AGM Petroleum, GNPC team up in Tano Basin

March 13, 2014

Minexco Petroleum Inc., the African focused private Oil and Gas Exploration Company, provided details of the petroleum agreement between its subsidiary AGM Petroleum and the Ghana National Petroleum Corporation (GNPC), for their joint project in the South Deepwater Tano Basin.

The debate around resource nationalism and the ability of countries to leverage the benefits of their natural resources is of central concern to AGM Petroleum. In Ghana, the location of one of AGM Petroleum's key assets, this discussion has led to the passing of the Local Content and Participation Regulation, 2013 (LI 2204). This new legislation aims to empower Ghanaians and ensure the citizenry benefits from the country's newly discovered resource.

Around the same time of the passing of the Local Content regulation, parliament ratified a unique petroleum agreement between the national upstream regulator turned operator, the Ghana National Petroleum Corporation (GNPC) and AGM Petroleum regarding the South Deepwater Tano Basin. Formed in Ghana, AGM Petroleum is a consortium made up of Minexco (OGG) Inc, AGR Energy and an indigenous Ghanaian company, MED Shongai.

Benefits of the agreement to Ghana

1) Training and education

The uniqueness of the agreement can be seen in the focus placed on training and technology transfer through the establishment of programmes to prepare Ghanaians to work in the oil and gas sector. These programmes will teach the management skills and technical expertise required for petroleum operations. EXPLORCO, the Joint Operating Company developed under the agreement to undertake the exploration and production activities, will serve as the vehicle for this training and technology transfer.
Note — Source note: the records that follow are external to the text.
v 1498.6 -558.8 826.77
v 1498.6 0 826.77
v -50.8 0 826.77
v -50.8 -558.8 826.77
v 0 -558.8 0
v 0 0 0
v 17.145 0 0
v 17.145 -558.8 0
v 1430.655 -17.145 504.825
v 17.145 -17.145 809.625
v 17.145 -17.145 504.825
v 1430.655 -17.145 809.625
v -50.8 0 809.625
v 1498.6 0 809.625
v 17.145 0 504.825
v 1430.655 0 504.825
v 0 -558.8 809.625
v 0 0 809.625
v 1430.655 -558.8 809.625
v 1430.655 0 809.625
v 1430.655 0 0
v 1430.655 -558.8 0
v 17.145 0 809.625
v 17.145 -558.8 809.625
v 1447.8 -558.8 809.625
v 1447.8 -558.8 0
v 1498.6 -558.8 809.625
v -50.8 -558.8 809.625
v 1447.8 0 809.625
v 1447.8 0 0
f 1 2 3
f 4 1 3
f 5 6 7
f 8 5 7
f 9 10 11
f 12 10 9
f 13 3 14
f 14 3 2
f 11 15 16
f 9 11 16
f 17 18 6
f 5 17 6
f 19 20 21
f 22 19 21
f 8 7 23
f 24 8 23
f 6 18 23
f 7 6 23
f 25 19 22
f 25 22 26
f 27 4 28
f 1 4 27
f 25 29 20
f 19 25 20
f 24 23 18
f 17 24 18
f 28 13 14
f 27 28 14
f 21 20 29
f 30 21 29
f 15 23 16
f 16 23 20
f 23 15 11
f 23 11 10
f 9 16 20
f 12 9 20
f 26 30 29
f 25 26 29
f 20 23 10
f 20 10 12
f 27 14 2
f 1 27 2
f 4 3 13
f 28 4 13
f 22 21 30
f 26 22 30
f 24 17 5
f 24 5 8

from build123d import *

# Parameters (mm, degrees)
F1_DEPTH = 558.8
F2_DEPTH = 558.8
F3_DEPTH = 558.8
F0_W     = 1413.51
F0_H     = 304.8
F4_DEPTH = 17.145


with BuildPart() as f1:
    # F0 (on Front) → F1 (new body)
    with BuildSketch(Plane.XZ):
        Polygon((0, 809.625), (0, 0), (17.145, 0), (17.145, 504.825), (17.145, 809.625), align=None)
    extrude(amount=F1_DEPTH)


with BuildPart() as f2:
    # F0 (on Front) → F2 (new body)
    with BuildSketch(Plane.XZ):
        Polygon((-50.8, 809.625), (0, 809.625), (17.145, 809.625), (1430.655, 809.625), (1447.8, 809.625), (1498.6, 809.625), (1498.6, 826.77), (-50.8, 826.77), align=None)
    extrude(amount=F2_DEPTH)


with BuildPart() as f3:
    # F0 (on Front) → F3 (new body)
    with BuildSketch(Plane.XZ):
        Polygon((1430.655, 809.625), (1430.655, 504.825), (1430.655, 0), (1447.8, 0), (1447.8, 809.625), align=None)
    extrude(amount=F3_DEPTH)


with BuildPart() as f4:
    # F0 (on Front) → F4 (new body)
    with BuildSketch(Plane.XZ):
        with Locations((723.9, 657.225)):
            Rectangle(F0_W, F0_H)
    extrude(amount=F4_DEPTH)


solid = Compound([f1.part, f2.part, f3.part, f4.part])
As part of the AGM consortium, AGR of Norway, a sizeable industry player, guarantees a significant amount of industry expertise will be available to EXPLORCO.

In addition, $15 million will be paid to EXPLORCO for the specific purposes of undertaking capacity building for relevant tertiary institutions in Ghana, including KNUST and the University of Natural Resources and Energy. These funds will be directed towards creating more targeted programmes to bring them in line with the needs of Ghana's growing petroleum industry. Courses and skillsets critical to the petroleum industry such as subsea engineering and the construction of Floating Production Storage and Offloading (FPSOs) will be actively supported under this initiative.

2) Employment

The Minister of Energy and Petroleum, Mr. Emmanuel Armah Kofi Buah, has stated that the local content and participation regulation will "guarantee employment for Ghanaians in junior and middle-level positions, while requiring a succession plan for Ghanaians to take over positions currently occupied by non-Ghanaians." This focus is clearly expressed in the structuring of the AGM/GNPC Petroleum Agreement.

3) Opportunities for Ghanaian Companies

In order to facilitate the necessary training and technology transfer, AGM Petroleum is committed to paying GNPC an amount of one million dollars at the beginning of each contract year. Provisions such as this ensure that the AGM Petroleum agreement comes with financial and local content participation commitments which exceed those of any Petroleum agreement Ghana has signed thus far. The result is an arrangement that serves the interests of the corporate investors as well as the nation. Chief Executive Officer of the GNPC, Mr. Alex Mould, has stated that: "The agreement aligns with GNPC's overarching goal of becoming a 'stand-alone' operator in seven years and a world-class operator in 15 years."

Several other aspects of the petroleum agreement are of immense national benefit. Aside from the fact that there are Ghanaian companies playing key roles as a result of the local content provisions being adhered to, the agreement also requires that goods and services will be procured from indigenous Ghanaian companies.

The Campaigns Coordinator of the Integrated Social Development Centre (ISODEC), Dr. Steve Manteaw, echoed the sentiments about the unique nature of the AGM agreement. "What is reassuring is that (the contract) has an arrangement built into it that mentors GNPC into becoming an operator on its own. This you can't get for free anywhere."

The constitution of the AGM consortium shows that this is the first time two Ghanaian corporate actors are playing key roles in the oil and gas sector. Whilst concern has been expressed around the expected benefits of the extraction of oil in Ghana, the AGM Petroleum agreement marks a positive step towards ensuring that the discovery of oil will be a blessing and not a curse for Ghana.